### Work item
Every line of the records that holds the word "ELLIPSE" should be copied out.

### Records from a collection

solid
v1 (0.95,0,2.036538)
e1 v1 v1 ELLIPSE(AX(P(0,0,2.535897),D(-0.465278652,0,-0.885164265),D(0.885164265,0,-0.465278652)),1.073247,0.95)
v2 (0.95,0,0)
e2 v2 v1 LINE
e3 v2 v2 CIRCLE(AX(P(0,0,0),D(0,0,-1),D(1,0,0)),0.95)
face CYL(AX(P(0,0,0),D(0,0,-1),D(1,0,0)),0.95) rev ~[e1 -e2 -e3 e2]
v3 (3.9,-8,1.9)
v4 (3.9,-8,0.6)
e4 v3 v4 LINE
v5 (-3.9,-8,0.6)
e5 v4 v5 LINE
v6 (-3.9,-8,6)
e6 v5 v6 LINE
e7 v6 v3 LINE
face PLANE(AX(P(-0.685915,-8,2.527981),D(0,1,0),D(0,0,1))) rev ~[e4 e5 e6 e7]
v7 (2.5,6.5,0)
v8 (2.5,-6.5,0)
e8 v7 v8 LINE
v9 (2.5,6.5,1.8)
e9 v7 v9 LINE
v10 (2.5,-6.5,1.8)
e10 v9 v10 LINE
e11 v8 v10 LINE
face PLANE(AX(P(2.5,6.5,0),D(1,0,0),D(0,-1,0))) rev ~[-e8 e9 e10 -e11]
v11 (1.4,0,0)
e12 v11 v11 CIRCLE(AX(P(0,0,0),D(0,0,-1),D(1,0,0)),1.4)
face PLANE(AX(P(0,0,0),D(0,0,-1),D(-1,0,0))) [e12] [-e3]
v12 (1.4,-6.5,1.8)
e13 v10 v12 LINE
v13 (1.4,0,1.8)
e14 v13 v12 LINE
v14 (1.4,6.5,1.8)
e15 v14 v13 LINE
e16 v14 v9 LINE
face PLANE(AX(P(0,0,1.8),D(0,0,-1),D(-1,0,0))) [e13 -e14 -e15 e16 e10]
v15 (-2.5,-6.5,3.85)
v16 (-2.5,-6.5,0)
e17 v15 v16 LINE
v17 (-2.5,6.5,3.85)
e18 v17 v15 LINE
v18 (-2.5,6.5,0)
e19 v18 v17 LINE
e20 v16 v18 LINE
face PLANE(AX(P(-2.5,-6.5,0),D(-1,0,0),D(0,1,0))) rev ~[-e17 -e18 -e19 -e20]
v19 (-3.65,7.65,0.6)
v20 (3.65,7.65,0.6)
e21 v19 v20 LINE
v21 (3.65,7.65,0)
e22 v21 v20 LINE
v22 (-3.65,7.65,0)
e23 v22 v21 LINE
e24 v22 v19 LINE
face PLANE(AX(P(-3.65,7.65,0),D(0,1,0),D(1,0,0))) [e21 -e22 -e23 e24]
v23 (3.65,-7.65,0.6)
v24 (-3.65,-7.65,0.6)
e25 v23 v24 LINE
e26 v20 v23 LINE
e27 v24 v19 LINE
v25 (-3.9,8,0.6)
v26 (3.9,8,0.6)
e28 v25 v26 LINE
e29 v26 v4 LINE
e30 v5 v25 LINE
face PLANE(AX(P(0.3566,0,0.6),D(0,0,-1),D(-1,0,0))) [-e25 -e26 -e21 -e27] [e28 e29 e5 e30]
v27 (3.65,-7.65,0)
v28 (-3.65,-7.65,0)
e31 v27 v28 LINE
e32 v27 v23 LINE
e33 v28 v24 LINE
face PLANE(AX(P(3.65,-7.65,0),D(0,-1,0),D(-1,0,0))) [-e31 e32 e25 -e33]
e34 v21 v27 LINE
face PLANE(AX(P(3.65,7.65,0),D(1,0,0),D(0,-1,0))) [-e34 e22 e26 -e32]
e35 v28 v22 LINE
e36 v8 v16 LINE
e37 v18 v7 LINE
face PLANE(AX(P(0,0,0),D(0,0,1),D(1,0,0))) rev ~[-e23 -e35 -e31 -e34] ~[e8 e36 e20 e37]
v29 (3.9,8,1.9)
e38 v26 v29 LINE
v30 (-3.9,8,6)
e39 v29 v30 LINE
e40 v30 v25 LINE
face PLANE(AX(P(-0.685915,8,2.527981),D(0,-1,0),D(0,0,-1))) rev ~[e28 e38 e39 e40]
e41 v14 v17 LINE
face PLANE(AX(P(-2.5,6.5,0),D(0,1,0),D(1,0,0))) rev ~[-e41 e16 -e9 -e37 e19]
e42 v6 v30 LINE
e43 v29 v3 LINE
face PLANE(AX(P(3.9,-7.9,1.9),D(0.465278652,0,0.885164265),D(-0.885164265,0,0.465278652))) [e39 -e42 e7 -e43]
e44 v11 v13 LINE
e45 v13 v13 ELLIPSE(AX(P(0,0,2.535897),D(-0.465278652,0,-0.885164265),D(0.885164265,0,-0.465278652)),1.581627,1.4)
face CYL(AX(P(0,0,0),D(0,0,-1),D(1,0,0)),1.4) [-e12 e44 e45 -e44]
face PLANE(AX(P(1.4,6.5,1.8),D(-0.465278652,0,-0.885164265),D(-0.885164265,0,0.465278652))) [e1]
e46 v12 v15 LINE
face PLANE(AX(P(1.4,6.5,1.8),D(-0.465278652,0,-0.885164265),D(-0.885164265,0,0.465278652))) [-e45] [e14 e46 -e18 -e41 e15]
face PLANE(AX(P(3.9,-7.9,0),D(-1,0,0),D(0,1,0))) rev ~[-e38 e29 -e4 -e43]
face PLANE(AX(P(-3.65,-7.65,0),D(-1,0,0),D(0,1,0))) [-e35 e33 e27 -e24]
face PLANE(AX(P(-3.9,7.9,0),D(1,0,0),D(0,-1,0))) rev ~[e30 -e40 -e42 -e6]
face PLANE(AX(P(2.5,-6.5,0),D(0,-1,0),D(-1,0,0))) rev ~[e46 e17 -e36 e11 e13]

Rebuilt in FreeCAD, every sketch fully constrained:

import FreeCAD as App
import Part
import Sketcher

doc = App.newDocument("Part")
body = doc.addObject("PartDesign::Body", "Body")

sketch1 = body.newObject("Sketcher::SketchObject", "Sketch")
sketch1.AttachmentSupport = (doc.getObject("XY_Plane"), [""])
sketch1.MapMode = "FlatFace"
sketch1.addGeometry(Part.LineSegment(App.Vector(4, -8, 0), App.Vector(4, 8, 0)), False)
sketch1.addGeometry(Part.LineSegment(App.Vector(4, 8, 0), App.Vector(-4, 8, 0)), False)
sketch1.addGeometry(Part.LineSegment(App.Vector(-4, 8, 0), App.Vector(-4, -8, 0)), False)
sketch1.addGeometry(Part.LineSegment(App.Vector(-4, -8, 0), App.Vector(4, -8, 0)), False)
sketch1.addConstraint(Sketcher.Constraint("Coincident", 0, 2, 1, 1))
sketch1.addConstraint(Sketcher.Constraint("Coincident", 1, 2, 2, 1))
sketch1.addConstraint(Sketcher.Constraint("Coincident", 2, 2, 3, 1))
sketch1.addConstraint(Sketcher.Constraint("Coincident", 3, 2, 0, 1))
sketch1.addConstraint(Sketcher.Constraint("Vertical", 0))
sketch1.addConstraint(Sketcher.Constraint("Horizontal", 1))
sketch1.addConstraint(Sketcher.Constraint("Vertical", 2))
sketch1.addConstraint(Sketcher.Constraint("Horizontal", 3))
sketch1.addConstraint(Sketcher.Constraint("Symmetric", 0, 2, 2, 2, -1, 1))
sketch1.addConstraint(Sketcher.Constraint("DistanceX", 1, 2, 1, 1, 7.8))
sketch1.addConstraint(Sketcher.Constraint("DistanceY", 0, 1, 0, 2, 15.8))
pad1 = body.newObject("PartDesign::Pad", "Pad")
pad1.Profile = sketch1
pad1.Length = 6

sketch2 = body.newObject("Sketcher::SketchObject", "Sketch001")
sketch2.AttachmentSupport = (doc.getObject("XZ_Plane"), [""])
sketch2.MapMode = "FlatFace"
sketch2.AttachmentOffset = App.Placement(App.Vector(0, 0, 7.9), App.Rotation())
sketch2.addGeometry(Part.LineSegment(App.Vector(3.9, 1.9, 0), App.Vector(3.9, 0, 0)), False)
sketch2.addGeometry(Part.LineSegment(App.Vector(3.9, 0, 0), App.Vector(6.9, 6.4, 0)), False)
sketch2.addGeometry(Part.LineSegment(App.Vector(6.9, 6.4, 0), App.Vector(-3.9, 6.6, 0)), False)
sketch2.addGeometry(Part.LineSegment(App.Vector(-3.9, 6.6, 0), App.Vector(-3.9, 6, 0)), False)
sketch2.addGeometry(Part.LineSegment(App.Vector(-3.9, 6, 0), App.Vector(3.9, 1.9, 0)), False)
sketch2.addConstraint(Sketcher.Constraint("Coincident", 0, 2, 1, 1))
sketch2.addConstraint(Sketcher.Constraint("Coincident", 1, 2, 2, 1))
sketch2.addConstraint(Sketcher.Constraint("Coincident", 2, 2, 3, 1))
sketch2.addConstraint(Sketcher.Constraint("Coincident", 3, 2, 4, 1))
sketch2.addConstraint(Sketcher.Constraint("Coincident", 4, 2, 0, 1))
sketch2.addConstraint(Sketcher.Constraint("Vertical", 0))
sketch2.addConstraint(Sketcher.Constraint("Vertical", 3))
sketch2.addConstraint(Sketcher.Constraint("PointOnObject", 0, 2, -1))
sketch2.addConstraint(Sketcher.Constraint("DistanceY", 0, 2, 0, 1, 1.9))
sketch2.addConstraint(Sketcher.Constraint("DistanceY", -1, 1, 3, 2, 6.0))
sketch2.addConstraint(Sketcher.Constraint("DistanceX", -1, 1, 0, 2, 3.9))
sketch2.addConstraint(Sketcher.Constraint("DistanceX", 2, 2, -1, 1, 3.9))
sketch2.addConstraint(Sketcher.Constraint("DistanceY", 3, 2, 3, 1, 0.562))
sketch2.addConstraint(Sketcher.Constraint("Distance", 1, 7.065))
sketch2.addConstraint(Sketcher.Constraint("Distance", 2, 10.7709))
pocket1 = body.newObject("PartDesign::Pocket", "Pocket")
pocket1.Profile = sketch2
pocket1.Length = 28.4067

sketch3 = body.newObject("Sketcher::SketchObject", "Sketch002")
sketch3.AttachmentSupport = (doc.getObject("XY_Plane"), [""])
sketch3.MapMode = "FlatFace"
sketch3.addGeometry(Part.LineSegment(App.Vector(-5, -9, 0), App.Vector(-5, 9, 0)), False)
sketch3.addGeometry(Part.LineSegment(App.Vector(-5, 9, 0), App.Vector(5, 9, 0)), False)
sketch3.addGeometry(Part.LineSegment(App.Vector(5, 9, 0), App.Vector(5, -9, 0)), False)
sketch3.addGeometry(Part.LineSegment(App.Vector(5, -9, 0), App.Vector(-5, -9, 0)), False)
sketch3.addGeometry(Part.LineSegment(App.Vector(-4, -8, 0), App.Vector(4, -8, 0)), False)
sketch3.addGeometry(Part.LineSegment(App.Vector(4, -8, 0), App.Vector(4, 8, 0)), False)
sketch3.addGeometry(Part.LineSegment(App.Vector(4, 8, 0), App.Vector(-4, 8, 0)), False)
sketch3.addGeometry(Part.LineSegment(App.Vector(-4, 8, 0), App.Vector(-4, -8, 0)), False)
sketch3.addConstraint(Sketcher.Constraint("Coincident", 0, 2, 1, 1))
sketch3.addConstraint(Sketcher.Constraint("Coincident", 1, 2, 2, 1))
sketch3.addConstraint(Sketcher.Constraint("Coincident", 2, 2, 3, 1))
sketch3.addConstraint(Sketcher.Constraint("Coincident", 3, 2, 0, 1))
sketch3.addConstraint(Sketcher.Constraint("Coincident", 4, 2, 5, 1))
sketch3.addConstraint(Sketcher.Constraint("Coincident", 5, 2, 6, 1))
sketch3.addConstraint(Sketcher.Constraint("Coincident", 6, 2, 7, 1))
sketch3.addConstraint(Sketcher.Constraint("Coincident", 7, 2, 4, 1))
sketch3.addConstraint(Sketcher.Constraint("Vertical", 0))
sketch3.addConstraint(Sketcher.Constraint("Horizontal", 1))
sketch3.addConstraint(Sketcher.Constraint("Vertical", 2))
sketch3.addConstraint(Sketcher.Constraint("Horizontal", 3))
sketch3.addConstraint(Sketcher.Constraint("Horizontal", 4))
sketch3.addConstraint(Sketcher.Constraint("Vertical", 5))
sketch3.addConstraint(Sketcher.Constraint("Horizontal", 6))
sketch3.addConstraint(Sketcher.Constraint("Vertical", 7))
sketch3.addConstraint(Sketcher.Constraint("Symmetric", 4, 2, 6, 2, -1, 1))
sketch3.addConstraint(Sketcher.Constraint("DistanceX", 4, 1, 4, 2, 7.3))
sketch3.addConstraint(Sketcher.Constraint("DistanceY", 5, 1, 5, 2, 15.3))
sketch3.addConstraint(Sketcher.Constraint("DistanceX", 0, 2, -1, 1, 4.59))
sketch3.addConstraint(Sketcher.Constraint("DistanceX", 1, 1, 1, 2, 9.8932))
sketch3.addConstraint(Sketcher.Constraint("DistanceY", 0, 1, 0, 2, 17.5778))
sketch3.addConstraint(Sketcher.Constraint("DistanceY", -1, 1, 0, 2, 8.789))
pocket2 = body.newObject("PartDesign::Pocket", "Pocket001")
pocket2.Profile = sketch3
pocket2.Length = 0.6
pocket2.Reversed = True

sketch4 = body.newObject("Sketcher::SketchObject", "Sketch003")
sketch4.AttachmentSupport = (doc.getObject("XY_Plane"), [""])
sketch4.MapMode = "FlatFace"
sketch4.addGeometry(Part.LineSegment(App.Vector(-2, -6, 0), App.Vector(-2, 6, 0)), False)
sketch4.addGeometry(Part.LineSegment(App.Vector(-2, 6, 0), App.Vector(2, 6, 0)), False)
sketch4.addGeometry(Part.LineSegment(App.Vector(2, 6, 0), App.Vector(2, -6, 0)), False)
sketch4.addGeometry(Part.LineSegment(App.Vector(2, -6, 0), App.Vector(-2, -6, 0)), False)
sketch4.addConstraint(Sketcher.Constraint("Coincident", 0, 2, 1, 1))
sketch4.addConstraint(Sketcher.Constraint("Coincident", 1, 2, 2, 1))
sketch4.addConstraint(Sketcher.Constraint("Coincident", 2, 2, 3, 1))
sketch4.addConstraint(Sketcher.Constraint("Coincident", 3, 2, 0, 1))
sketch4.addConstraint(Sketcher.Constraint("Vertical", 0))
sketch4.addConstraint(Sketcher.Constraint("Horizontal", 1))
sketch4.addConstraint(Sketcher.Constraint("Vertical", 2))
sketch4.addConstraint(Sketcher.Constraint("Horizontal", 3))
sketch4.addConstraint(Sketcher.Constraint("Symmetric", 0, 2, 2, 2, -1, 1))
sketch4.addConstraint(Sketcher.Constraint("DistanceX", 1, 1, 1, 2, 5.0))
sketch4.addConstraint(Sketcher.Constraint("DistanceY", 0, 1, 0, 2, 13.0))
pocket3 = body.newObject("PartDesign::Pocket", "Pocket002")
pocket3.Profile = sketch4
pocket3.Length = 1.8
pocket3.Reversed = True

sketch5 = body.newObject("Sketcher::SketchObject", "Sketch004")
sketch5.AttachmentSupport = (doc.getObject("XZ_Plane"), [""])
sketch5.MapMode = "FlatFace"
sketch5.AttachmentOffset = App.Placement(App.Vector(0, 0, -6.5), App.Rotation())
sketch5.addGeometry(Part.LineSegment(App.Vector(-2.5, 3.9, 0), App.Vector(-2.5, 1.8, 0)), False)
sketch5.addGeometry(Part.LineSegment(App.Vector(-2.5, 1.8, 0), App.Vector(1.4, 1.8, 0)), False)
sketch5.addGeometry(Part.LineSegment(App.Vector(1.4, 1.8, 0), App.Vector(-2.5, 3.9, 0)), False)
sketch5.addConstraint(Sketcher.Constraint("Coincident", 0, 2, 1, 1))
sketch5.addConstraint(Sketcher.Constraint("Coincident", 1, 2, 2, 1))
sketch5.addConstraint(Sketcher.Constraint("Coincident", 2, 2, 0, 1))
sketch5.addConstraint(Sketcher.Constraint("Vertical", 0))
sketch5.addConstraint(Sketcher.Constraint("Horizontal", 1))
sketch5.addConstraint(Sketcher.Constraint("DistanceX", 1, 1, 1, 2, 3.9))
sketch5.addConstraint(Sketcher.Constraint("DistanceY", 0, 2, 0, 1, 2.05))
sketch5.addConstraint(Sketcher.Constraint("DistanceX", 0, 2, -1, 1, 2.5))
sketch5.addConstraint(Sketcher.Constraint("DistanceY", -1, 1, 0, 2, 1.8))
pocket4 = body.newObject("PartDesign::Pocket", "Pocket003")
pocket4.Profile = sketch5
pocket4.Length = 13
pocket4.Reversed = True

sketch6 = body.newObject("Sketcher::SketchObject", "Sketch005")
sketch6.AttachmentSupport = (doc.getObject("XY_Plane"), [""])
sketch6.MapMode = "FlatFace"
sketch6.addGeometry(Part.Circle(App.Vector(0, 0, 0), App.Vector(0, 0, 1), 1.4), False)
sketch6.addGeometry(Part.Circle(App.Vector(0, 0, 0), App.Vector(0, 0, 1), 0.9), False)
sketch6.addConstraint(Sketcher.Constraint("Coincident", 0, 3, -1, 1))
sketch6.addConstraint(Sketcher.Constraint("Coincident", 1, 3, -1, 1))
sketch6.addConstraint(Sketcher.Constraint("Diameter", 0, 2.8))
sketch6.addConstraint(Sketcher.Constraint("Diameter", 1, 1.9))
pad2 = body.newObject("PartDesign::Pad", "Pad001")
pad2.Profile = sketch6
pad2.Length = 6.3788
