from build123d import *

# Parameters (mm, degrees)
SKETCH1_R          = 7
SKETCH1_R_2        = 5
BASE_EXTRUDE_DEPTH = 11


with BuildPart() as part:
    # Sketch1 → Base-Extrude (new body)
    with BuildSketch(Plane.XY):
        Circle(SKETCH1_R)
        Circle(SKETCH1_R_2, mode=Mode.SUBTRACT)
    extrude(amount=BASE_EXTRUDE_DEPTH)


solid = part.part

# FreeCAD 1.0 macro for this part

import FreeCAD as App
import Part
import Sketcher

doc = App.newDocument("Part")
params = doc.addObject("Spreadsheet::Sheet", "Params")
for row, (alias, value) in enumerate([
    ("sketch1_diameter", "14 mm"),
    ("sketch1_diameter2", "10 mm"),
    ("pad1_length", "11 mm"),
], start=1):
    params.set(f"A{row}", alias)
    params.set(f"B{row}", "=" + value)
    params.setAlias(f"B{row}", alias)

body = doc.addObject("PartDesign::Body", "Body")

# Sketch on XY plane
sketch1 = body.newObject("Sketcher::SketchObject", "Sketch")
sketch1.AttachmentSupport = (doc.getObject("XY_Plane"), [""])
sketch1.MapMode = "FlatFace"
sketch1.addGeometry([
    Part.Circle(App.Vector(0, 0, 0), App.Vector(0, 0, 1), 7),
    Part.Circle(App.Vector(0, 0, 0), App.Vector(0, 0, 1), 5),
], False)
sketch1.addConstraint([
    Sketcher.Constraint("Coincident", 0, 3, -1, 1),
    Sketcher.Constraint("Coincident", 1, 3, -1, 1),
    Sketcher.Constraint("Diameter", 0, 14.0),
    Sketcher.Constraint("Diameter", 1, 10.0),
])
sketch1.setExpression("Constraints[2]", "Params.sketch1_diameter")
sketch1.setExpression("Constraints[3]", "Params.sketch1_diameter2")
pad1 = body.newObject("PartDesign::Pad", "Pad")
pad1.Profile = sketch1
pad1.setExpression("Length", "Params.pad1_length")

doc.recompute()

### Task output
e1 v1 v1 ELLIPSE(AX(P(0,0,2.535897),D(-0.465278652,0,-0.885164265),D(0.885164265,0,-0.465278652)),1.073247,0.95)
e45 v13 v13 ELLIPSE(AX(P(0,0,2.535897),D(-0.465278652,0,-0.885164265),D(0.885164265,0,-0.465278652)),1.581627,1.4)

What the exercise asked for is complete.